# PROMPT:
Output each entry verbatim.
TASK INPUT START
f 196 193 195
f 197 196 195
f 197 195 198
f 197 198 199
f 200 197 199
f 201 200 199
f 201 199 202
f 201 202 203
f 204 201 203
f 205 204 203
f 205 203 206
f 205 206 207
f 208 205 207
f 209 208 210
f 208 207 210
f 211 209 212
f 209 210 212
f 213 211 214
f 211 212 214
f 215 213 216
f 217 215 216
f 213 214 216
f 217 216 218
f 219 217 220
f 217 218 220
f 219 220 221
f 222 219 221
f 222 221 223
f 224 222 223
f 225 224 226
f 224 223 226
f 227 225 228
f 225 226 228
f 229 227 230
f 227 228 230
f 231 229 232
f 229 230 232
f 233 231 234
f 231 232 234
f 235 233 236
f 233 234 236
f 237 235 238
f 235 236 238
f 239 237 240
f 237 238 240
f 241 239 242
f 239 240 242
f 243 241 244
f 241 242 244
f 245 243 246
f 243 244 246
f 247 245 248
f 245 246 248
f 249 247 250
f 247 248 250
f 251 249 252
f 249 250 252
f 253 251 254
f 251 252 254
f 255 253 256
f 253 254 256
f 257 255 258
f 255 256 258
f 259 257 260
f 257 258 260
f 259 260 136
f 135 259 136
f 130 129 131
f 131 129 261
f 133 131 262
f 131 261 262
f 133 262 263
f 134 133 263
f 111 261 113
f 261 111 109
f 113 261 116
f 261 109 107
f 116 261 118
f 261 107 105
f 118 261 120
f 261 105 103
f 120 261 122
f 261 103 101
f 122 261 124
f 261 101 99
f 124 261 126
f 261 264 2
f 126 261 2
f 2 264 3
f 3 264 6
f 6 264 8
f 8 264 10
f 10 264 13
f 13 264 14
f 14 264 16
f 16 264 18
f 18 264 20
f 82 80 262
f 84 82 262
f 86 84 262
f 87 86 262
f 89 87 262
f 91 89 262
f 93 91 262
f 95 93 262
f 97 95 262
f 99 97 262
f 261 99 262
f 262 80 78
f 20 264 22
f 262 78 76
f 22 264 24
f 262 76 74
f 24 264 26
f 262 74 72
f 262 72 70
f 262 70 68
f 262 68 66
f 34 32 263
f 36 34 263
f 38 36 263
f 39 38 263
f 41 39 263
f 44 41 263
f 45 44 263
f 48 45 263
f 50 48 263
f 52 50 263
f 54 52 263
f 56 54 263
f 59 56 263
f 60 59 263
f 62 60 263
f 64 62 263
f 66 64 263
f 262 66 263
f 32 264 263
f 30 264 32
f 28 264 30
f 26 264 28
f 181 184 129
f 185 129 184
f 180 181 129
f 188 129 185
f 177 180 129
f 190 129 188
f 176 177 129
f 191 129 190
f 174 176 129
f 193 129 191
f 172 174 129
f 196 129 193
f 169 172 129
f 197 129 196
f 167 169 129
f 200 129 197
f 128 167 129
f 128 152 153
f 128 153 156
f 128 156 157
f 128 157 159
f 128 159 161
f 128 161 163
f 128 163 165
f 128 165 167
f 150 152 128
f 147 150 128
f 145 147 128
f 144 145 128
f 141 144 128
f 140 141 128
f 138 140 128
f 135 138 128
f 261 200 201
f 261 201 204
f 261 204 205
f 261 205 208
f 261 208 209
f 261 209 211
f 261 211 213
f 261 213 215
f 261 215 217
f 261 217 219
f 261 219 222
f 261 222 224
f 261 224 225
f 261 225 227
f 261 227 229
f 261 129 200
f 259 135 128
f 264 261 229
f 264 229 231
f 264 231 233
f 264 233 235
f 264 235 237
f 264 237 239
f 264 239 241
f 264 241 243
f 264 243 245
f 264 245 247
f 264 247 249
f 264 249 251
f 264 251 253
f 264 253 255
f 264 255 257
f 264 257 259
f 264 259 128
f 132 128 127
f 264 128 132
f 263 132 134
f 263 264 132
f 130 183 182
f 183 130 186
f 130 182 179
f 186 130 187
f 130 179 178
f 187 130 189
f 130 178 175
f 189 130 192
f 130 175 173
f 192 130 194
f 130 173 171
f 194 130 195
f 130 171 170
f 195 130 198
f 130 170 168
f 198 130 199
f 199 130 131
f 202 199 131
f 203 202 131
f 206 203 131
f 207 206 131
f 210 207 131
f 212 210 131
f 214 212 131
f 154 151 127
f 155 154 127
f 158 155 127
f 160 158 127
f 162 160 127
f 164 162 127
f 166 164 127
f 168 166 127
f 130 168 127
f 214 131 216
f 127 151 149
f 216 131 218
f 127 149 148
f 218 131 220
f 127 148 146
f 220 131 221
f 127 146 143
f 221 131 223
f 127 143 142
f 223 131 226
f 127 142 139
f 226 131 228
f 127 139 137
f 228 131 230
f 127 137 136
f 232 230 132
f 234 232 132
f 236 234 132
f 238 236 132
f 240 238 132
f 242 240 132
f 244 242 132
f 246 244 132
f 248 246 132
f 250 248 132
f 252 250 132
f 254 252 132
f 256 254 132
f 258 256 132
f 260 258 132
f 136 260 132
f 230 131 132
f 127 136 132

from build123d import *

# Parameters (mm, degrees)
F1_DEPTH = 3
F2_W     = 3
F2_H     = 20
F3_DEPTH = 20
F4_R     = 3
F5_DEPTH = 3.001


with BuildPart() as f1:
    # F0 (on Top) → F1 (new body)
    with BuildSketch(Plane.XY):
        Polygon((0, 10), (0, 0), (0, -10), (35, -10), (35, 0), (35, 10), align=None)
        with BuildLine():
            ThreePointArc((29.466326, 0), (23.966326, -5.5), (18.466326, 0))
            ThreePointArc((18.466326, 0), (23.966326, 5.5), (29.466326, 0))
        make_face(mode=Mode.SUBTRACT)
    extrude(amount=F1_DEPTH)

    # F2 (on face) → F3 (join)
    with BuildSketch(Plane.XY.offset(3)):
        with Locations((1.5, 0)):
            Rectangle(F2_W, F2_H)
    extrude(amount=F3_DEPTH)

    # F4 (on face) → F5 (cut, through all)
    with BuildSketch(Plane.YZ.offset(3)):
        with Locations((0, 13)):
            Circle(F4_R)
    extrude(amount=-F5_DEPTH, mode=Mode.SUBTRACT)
TASK INPUT END
# RESULT FOR THIS TASK:
f 196 193 195
f 197 196 195
f 197 195 198
f 197 198 199
f 200 197 199
f 201 200 199
f 201 199 202
f 201 202 203
f 204 201 203
f 205 204 203
f 205 203 206
f 205 206 207
f 208 205 207
f 209 208 210
f 208 207 210
f 211 209 212
f 209 210 212
f 213 211 214
f 211 212 214
f 215 213 216
f 217 215 216
f 213 214 216
f 217 216 218
f 219 217 220
f 217 218 220
f 219 220 221
f 222 219 221
f 222 221 223
f 224 222 223
f 225 224 226
f 224 223 226
f 227 225 228
f 225 226 228
f 229 227 230
f 227 228 230
f 231 229 232
f 229 230 232
f 233 231 234
f 231 232 234
f 235 233 236
f 233 234 236
f 237 235 238
f 235 236 238
f 239 237 240
f 237 238 240
f 241 239 242
f 239 240 242
f 243 241 244
f 241 242 244
f 245 243 246
f 243 244 246
f 247 245 248
f 245 246 248
f 249 247 250
f 247 248 250
f 251 249 252
f 249 250 252
f 253 251 254
f 251 252 254
f 255 253 256
f 253 254 256
f 257 255 258
f 255 256 258
f 259 257 260
f 257 258 260
f 259 260 136
f 135 259 136
f 130 129 131
f 131 129 261
f 133 131 262
f 131 261 262
f 133 262 263
f 134 133 263
f 111 261 113
f 261 111 109
f 113 261 116
f 261 109 107
f 116 261 118
f 261 107 105
f 118 261 120
f 261 105 103
f 120 261 122
f 261 103 101
f 122 261 124
f 261 101 99
f 124 261 126
f 261 264 2
f 126 261 2
f 2 264 3
f 3 264 6
f 6 264 8
f 8 264 10
f 10 264 13
f 13 264 14
f 14 264 16
f 16 264 18
f 18 264 20
f 82 80 262
f 84 82 262
f 86 84 262
f 87 86 262
f 89 87 262
f 91 89 262
f 93 91 262
f 95 93 262
f 97 95 262
f 99 97 262
f 261 99 262
f 262 80 78
f 20 264 22
f 262 78 76
f 22 264 24
f 262 76 74
f 24 264 26
f 262 74 72
f 262 72 70
f 262 70 68
f 262 68 66
f 34 32 263
f 36 34 263
f 38 36 263
f 39 38 263
f 41 39 263
f 44 41 263
f 45 44 263
f 48 45 263
f 50 48 263
f 52 50 263
f 54 52 263
f 56 54 263
f 59 56 263
f 60 59 263
f 62 60 263
f 64 62 263
f 66 64 263
f 262 66 263
f 32 264 263
f 30 264 32
f 28 264 30
f 26 264 28
f 181 184 129
f 185 129 184
f 180 181 129
f 188 129 185
f 177 180 129
f 190 129 188
f 176 177 129
f 191 129 190
f 174 176 129
f 193 129 191
f 172 174 129
f 196 129 193
f 169 172 129
f 197 129 196
f 167 169 129
f 200 129 197
f 128 167 129
f 128 152 153
f 128 153 156
f 128 156 157
f 128 157 159
f 128 159 161
f 128 161 163
f 128 163 165
f 128 165 167
f 150 152 128
f 147 150 128
f 145 147 128
f 144 145 128
f 141 144 128
f 140 141 128
f 138 140 128
f 135 138 128
f 261 200 201
f 261 201 204
f 261 204 205
f 261 205 208
f 261 208 209
f 261 209 211
f 261 211 213
f 261 213 215
f 261 215 217
f 261 217 219
f 261 219 222
f 261 222 224
f 261 224 225
f 261 225 227
f 261 227 229
f 261 129 200
f 259 135 128
f 264 261 229
f 264 229 231
f 264 231 233
f 264 233 235
f 264 235 237
f 264 237 239
f 264 239 241
f 264 241 243
f 264 243 245
f 264 245 247
f 264 247 249
f 264 249 251
f 264 251 253
f 264 253 255
f 264 255 257
f 264 257 259
f 264 259 128
f 132 128 127
f 264 128 132
f 263 132 134
f 263 264 132
f 130 183 182
f 183 130 186
f 130 182 179
f 186 130 187
f 130 179 178
f 187 130 189
f 130 178 175
f 189 130 192
f 130 175 173
f 192 130 194
f 130 173 171
f 194 130 195
f 130 171 170
f 195 130 198
f 130 170 168
f 198 130 199
f 199 130 131
f 202 199 131
f 203 202 131
f 206 203 131
f 207 206 131
f 210 207 131
f 212 210 131
f 214 212 131
f 154 151 127
f 155 154 127
f 158 155 127
f 160 158 127
f 162 160 127
f 164 162 127
f 166 164 127
f 168 166 127
f 130 168 127
f 214 131 216
f 127 151 149
f 216 131 218
f 127 149 148
f 218 131 220
f 127 148 146
f 220 131 221
f 127 146 143
f 221 131 223
f 127 143 142
f 223 131 226
f 127 142 139
f 226 131 228
f 127 139 137
f 228 131 230
f 127 137 136
f 232 230 132
f 234 232 132
f 236 234 132
f 238 236 132
f 240 238 132
f 242 240 132
f 244 242 132
f 246 244 132
f 248 246 132
f 250 248 132
f 252 250 132
f 254 252 132
f 256 254 132
f 258 256 132
f 260 258 132
f 136 260 132
f 230 131 132
f 127 136 132

from build123d import *

# Parameters (mm, degrees)
F1_DEPTH = 3
F2_W     = 3
F2_H     = 20
F3_DEPTH = 20
F4_R     = 3
F5_DEPTH = 3.001


with BuildPart() as f1:
    # F0 (on Top) → F1 (new body)
    with BuildSketch(Plane.XY):
        Polygon((0, 10), (0, 0), (0, -10), (35, -10), (35, 0), (35, 10), align=None)
        with BuildLine():
            ThreePointArc((29.466326, 0), (23.966326, -5.5), (18.466326, 0))
            ThreePointArc((18.466326, 0), (23.966326, 5.5), (29.466326, 0))
        make_face(mode=Mode.SUBTRACT)
    extrude(amount=F1_DEPTH)

    # F2 (on face) → F3 (join)
    with BuildSketch(Plane.XY.offset(3)):
        with Locations((1.5, 0)):
            Rectangle(F2_W, F2_H)
    extrude(amount=F3_DEPTH)

    # F4 (on face) → F5 (cut, through all)
    with BuildSketch(Plane.YZ.offset(3)):
        with Locations((0, 13)):
            Circle(F4_R)
    extrude(amount=-F5_DEPTH, mode=Mode.SUBTRACT)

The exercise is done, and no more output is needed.